## EXERCISE AIM
Write out exactly the lines of the entries below from the one holding "f 145 155 84" to the one holding "f 139 117 65", inclusive, and leave out all other lines.

## DATASET ENTRIES
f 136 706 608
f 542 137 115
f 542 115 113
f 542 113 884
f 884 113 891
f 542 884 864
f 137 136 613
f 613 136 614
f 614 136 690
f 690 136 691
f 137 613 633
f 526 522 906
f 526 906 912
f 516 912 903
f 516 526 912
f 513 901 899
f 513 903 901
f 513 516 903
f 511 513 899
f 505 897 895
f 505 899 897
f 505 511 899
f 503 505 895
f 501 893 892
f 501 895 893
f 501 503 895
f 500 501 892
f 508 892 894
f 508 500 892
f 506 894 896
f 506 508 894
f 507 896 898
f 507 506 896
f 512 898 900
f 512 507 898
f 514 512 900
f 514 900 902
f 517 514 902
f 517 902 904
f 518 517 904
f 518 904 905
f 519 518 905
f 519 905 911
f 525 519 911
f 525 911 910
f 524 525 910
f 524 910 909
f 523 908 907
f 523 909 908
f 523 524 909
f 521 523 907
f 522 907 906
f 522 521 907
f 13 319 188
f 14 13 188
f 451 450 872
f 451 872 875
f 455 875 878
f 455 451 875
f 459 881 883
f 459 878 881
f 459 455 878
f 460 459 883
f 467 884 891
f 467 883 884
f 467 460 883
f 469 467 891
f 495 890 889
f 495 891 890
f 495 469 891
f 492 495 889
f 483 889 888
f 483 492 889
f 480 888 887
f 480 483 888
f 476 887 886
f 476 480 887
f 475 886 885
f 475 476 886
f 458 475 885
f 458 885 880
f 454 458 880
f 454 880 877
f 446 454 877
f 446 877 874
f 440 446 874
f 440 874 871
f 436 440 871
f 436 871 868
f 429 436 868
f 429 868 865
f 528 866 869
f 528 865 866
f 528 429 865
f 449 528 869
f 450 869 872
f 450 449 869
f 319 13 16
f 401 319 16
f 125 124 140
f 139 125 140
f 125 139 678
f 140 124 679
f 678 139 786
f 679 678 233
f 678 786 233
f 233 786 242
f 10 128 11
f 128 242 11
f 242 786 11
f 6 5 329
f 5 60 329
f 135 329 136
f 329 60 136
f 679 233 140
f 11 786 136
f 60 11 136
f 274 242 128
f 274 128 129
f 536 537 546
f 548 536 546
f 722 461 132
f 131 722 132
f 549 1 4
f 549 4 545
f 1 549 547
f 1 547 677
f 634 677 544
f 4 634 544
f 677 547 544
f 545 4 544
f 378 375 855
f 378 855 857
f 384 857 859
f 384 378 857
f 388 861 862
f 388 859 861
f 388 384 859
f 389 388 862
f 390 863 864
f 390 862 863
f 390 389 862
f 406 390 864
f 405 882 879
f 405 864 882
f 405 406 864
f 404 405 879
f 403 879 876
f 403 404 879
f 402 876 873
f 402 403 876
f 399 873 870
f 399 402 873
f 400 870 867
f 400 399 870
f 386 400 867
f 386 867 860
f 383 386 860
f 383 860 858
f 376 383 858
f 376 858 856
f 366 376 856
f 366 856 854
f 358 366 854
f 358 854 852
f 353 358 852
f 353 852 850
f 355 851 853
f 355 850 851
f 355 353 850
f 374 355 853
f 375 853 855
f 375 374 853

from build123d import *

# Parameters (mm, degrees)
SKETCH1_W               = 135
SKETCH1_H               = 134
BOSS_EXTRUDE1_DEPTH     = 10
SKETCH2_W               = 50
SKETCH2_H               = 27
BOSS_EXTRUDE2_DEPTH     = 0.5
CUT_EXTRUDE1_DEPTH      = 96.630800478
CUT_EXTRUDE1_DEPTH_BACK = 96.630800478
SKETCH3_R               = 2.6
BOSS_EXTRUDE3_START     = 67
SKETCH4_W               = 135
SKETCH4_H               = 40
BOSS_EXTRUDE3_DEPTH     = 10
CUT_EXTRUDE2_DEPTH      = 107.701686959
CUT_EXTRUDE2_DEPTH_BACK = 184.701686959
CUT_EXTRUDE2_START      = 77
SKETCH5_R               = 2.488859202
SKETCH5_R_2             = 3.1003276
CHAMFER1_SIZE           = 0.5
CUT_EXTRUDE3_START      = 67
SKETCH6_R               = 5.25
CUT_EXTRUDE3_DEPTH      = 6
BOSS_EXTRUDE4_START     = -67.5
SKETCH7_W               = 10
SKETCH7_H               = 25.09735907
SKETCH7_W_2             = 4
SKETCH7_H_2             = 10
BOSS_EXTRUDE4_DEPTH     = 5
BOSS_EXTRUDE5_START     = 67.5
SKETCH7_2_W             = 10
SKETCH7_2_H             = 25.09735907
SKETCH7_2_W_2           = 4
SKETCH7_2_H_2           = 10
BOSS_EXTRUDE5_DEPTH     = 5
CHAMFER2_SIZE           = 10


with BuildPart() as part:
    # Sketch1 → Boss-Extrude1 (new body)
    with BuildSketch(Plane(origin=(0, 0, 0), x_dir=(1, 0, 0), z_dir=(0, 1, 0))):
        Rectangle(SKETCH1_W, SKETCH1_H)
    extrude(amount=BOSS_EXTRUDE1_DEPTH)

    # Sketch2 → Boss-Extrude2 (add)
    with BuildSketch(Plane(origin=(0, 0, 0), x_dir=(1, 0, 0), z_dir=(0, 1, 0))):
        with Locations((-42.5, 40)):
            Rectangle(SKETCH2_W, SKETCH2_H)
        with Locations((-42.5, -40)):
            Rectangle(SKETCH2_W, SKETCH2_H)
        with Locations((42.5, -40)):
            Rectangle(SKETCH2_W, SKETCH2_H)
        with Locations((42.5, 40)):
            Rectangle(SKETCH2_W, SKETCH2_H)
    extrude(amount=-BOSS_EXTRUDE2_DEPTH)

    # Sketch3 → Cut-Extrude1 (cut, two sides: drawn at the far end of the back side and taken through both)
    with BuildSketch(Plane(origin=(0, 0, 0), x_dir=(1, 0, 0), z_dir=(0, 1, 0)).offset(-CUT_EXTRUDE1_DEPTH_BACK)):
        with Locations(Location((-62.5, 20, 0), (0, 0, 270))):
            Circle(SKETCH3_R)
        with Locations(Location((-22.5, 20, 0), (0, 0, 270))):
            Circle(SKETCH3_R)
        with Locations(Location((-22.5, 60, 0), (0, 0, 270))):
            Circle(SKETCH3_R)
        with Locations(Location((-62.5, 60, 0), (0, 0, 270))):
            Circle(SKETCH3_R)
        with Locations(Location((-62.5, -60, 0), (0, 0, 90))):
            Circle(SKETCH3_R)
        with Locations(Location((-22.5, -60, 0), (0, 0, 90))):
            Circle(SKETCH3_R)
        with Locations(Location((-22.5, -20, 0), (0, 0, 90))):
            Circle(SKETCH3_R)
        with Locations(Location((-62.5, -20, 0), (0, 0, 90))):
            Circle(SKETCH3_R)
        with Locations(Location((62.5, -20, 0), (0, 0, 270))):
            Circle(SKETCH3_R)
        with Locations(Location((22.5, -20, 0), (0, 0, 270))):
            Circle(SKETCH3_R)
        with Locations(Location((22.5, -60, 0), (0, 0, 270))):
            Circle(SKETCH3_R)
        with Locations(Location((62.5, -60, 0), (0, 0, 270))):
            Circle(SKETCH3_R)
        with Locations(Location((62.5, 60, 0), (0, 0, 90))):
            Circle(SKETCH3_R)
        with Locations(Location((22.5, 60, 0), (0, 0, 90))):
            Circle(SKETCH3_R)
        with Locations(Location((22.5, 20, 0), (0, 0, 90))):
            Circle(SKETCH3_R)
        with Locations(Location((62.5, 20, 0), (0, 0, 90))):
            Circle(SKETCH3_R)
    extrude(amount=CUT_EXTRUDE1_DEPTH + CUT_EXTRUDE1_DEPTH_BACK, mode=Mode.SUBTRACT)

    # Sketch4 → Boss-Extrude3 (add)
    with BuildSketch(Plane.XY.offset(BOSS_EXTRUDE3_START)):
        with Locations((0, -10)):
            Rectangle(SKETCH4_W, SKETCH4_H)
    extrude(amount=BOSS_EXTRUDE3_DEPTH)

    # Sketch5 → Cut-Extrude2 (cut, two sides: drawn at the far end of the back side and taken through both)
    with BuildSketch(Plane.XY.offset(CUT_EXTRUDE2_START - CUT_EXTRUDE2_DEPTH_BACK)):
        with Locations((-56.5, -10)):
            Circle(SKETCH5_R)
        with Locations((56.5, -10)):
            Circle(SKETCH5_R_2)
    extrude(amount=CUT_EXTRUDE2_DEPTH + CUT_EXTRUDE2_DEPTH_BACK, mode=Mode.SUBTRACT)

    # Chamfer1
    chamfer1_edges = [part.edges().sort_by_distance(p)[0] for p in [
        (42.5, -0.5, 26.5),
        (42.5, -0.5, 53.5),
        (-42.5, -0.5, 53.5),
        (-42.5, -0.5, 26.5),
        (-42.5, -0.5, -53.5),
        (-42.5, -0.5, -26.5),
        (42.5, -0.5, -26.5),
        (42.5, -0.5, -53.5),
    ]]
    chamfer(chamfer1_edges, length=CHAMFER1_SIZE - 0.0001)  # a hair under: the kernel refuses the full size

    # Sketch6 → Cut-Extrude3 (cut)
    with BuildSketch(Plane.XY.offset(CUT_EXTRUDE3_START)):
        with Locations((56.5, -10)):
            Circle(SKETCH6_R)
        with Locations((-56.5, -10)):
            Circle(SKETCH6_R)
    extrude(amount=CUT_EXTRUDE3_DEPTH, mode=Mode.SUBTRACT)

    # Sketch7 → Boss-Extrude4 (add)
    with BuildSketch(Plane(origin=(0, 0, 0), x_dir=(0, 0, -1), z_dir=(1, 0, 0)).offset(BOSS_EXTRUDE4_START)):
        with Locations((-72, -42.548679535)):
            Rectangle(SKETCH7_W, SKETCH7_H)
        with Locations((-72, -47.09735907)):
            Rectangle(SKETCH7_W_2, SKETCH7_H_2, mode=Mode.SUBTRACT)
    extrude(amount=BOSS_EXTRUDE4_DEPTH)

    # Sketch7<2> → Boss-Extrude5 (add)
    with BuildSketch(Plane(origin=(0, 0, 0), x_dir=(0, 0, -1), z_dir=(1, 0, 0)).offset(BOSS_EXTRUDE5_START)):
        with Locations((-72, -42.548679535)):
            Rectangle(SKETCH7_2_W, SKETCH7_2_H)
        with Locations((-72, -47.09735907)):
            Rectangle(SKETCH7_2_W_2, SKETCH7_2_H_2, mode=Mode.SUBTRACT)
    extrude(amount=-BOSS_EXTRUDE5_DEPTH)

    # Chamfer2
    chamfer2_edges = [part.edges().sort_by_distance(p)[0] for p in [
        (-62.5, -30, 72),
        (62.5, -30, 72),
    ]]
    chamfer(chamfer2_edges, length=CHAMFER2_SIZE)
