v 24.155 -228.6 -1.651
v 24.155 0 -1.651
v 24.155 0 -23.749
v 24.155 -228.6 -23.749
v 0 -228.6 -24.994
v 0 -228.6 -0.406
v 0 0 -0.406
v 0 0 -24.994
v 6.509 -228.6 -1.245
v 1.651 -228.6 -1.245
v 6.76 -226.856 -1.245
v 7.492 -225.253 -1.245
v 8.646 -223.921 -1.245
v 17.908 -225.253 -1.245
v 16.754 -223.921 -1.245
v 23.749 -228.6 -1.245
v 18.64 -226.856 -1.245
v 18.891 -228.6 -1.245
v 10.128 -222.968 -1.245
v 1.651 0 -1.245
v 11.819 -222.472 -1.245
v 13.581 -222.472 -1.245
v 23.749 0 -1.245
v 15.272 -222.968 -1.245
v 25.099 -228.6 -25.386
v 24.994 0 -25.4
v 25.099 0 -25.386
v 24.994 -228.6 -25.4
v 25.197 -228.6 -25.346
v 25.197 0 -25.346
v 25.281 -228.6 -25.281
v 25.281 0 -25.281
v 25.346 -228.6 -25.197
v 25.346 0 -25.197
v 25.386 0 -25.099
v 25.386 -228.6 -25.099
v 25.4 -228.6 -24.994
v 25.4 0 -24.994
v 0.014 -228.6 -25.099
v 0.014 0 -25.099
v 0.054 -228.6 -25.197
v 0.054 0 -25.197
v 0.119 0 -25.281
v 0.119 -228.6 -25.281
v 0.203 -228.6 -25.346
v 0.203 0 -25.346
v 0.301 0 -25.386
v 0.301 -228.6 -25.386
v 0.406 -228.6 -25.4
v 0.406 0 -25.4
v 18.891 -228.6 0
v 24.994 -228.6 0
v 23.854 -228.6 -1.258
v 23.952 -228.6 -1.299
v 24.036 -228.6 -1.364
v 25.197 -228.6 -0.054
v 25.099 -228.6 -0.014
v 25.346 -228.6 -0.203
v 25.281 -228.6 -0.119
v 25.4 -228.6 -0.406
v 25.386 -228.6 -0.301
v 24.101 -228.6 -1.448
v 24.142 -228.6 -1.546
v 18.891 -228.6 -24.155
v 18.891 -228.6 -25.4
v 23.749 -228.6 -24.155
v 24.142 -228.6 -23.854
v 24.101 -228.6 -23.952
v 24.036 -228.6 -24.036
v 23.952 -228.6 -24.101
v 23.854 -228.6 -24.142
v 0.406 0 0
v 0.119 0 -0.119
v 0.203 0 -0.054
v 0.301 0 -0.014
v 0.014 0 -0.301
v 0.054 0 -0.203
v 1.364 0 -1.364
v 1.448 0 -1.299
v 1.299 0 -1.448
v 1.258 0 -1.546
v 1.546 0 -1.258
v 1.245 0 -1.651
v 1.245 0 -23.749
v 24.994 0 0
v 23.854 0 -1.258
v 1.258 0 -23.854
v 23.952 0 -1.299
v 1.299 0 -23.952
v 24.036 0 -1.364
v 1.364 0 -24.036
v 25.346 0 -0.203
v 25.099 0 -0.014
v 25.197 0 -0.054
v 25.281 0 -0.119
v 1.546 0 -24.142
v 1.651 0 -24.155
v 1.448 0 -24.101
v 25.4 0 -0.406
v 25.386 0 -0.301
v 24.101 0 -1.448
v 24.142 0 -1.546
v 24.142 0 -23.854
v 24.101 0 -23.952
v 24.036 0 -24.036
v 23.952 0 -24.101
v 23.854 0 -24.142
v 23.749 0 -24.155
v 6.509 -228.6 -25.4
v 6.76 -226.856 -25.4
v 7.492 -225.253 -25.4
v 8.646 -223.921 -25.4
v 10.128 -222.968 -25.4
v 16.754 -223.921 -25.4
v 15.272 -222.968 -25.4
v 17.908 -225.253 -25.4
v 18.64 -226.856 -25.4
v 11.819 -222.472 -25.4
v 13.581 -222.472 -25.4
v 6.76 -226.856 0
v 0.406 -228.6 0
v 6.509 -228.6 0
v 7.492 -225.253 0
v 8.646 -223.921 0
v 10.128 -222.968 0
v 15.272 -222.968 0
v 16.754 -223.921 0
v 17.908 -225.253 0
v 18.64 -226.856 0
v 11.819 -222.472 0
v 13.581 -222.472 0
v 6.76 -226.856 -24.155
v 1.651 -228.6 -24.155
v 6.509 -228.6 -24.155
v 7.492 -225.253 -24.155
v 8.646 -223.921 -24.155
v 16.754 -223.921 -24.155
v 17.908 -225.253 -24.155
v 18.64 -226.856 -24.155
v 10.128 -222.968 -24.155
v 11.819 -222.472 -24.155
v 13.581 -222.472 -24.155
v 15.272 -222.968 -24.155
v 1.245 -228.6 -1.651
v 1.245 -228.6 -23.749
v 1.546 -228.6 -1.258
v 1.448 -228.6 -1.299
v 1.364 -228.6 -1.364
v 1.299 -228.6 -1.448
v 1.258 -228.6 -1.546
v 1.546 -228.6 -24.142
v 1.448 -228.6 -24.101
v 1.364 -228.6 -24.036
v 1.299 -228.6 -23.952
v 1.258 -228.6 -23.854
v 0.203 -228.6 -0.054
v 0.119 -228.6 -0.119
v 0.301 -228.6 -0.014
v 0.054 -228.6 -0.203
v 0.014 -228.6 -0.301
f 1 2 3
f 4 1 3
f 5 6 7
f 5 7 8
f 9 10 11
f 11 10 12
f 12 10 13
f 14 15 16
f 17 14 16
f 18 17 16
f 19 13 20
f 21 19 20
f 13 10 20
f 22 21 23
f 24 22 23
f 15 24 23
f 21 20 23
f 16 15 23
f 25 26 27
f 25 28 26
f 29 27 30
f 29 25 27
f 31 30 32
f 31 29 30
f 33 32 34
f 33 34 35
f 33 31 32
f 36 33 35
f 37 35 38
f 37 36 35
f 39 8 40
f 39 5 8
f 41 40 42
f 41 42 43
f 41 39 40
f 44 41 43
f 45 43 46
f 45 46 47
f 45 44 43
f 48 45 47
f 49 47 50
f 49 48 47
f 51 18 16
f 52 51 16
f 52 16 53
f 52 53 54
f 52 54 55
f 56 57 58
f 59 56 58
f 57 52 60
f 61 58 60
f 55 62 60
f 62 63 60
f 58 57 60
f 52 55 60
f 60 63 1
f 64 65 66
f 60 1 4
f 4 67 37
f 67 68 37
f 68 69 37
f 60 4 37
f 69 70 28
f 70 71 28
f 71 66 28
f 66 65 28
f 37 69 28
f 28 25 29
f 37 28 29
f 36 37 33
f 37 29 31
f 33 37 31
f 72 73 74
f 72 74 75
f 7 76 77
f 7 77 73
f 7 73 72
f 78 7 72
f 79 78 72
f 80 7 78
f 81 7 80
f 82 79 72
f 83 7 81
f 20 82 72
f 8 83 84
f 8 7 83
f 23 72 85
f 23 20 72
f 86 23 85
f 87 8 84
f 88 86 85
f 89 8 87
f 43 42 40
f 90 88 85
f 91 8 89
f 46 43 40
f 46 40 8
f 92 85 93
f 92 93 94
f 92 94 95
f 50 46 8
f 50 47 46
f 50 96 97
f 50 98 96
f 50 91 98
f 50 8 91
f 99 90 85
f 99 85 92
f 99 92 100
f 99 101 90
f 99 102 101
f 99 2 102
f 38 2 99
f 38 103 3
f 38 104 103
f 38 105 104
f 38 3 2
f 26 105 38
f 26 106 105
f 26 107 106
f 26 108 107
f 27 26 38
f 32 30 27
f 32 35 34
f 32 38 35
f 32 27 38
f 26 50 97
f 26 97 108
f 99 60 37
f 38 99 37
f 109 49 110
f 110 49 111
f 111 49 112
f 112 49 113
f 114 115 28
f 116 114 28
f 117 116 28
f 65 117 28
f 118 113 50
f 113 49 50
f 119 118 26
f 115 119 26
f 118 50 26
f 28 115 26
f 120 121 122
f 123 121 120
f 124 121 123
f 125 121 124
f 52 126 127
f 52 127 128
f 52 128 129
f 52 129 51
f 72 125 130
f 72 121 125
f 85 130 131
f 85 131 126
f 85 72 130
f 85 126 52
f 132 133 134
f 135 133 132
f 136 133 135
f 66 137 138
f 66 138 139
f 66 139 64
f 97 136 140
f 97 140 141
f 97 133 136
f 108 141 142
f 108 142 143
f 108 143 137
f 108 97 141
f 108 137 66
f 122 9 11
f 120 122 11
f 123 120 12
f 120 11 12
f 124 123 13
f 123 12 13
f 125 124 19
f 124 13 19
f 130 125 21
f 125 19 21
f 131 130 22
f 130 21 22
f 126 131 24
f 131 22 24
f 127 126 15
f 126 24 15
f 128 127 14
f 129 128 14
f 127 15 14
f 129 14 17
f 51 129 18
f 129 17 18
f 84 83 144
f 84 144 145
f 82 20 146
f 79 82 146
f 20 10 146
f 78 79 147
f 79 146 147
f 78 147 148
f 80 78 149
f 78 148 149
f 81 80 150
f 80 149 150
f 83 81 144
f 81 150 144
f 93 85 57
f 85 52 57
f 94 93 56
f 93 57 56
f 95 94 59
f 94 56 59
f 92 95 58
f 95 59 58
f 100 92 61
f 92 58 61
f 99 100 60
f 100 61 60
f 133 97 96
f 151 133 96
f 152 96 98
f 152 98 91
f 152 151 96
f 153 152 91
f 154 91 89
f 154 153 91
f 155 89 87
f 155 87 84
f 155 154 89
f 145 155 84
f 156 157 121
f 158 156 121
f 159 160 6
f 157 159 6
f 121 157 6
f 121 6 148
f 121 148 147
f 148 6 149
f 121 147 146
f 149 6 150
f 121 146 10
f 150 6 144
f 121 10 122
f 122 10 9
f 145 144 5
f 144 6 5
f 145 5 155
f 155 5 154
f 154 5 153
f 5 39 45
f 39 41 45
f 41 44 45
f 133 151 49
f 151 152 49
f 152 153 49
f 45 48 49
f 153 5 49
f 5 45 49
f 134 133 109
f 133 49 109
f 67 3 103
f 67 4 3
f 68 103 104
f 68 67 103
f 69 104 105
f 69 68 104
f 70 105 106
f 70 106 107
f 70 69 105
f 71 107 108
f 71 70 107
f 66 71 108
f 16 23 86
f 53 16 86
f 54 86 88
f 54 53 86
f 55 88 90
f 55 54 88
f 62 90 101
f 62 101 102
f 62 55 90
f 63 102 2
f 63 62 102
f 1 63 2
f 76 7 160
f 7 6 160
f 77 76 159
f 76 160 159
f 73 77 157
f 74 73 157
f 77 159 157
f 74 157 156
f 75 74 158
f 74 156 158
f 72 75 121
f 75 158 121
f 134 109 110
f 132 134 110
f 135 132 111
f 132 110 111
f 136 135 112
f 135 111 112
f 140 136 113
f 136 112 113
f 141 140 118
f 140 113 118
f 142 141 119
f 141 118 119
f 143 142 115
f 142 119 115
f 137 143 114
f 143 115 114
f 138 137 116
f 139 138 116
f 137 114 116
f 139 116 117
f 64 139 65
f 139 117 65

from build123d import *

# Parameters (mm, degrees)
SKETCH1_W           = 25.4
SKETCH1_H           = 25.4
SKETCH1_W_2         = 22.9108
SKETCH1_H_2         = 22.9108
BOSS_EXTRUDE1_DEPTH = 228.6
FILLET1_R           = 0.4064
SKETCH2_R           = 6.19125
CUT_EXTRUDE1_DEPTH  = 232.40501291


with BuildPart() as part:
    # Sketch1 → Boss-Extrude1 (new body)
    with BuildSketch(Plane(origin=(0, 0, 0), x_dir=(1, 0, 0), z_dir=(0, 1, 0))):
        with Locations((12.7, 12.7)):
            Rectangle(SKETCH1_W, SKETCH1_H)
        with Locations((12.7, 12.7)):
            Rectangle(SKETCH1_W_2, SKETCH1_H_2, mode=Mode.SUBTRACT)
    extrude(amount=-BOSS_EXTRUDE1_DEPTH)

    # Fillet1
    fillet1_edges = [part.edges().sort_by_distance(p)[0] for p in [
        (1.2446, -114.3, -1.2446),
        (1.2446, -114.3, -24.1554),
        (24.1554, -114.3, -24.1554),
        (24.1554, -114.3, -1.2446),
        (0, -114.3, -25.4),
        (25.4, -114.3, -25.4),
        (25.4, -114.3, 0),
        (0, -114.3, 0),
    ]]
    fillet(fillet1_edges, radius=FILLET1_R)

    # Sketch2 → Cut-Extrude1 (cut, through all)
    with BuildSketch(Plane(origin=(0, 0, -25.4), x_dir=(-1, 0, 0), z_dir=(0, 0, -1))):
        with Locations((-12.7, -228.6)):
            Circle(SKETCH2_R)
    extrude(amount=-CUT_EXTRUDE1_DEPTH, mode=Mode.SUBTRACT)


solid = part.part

## FINISHED EXERCISE
f 145 155 84
f 156 157 121
f 158 156 121
f 159 160 6
f 157 159 6
f 121 157 6
f 121 6 148
f 121 148 147
f 148 6 149
f 121 147 146
f 149 6 150
f 121 146 10
f 150 6 144
f 121 10 122
f 122 10 9
f 145 144 5
f 144 6 5
f 145 5 155
f 155 5 154
f 154 5 153
f 5 39 45
f 39 41 45
f 41 44 45
f 133 151 49
f 151 152 49
f 152 153 49
f 45 48 49
f 153 5 49
f 5 45 49
f 134 133 109
f 133 49 109
f 67 3 103
f 67 4 3
f 68 103 104
f 68 67 103
f 69 104 105
f 69 68 104
f 70 105 106
f 70 106 107
f 70 69 105
f 71 107 108
f 71 70 107
f 66 71 108
f 16 23 86
f 53 16 86
f 54 86 88
f 54 53 86
f 55 88 90
f 55 54 88
f 62 90 101
f 62 101 102
f 62 55 90
f 63 102 2
f 63 62 102
f 1 63 2
f 76 7 160
f 7 6 160
f 77 76 159
f 76 160 159
f 73 77 157
f 74 73 157
f 77 159 157
f 74 157 156
f 75 74 158
f 74 156 158
f 72 75 121
f 75 158 121
f 134 109 110
f 132 134 110
f 135 132 111
f 132 110 111
f 136 135 112
f 135 111 112
f 140 136 113
f 136 112 113
f 141 140 118
f 140 113 118
f 142 141 119
f 141 118 119
f 143 142 115
f 142 119 115
f 137 143 114
f 143 115 114
f 138 137 116
f 139 138 116
f 137 114 116
f 139 116 117
f 64 139 65
f 139 117 65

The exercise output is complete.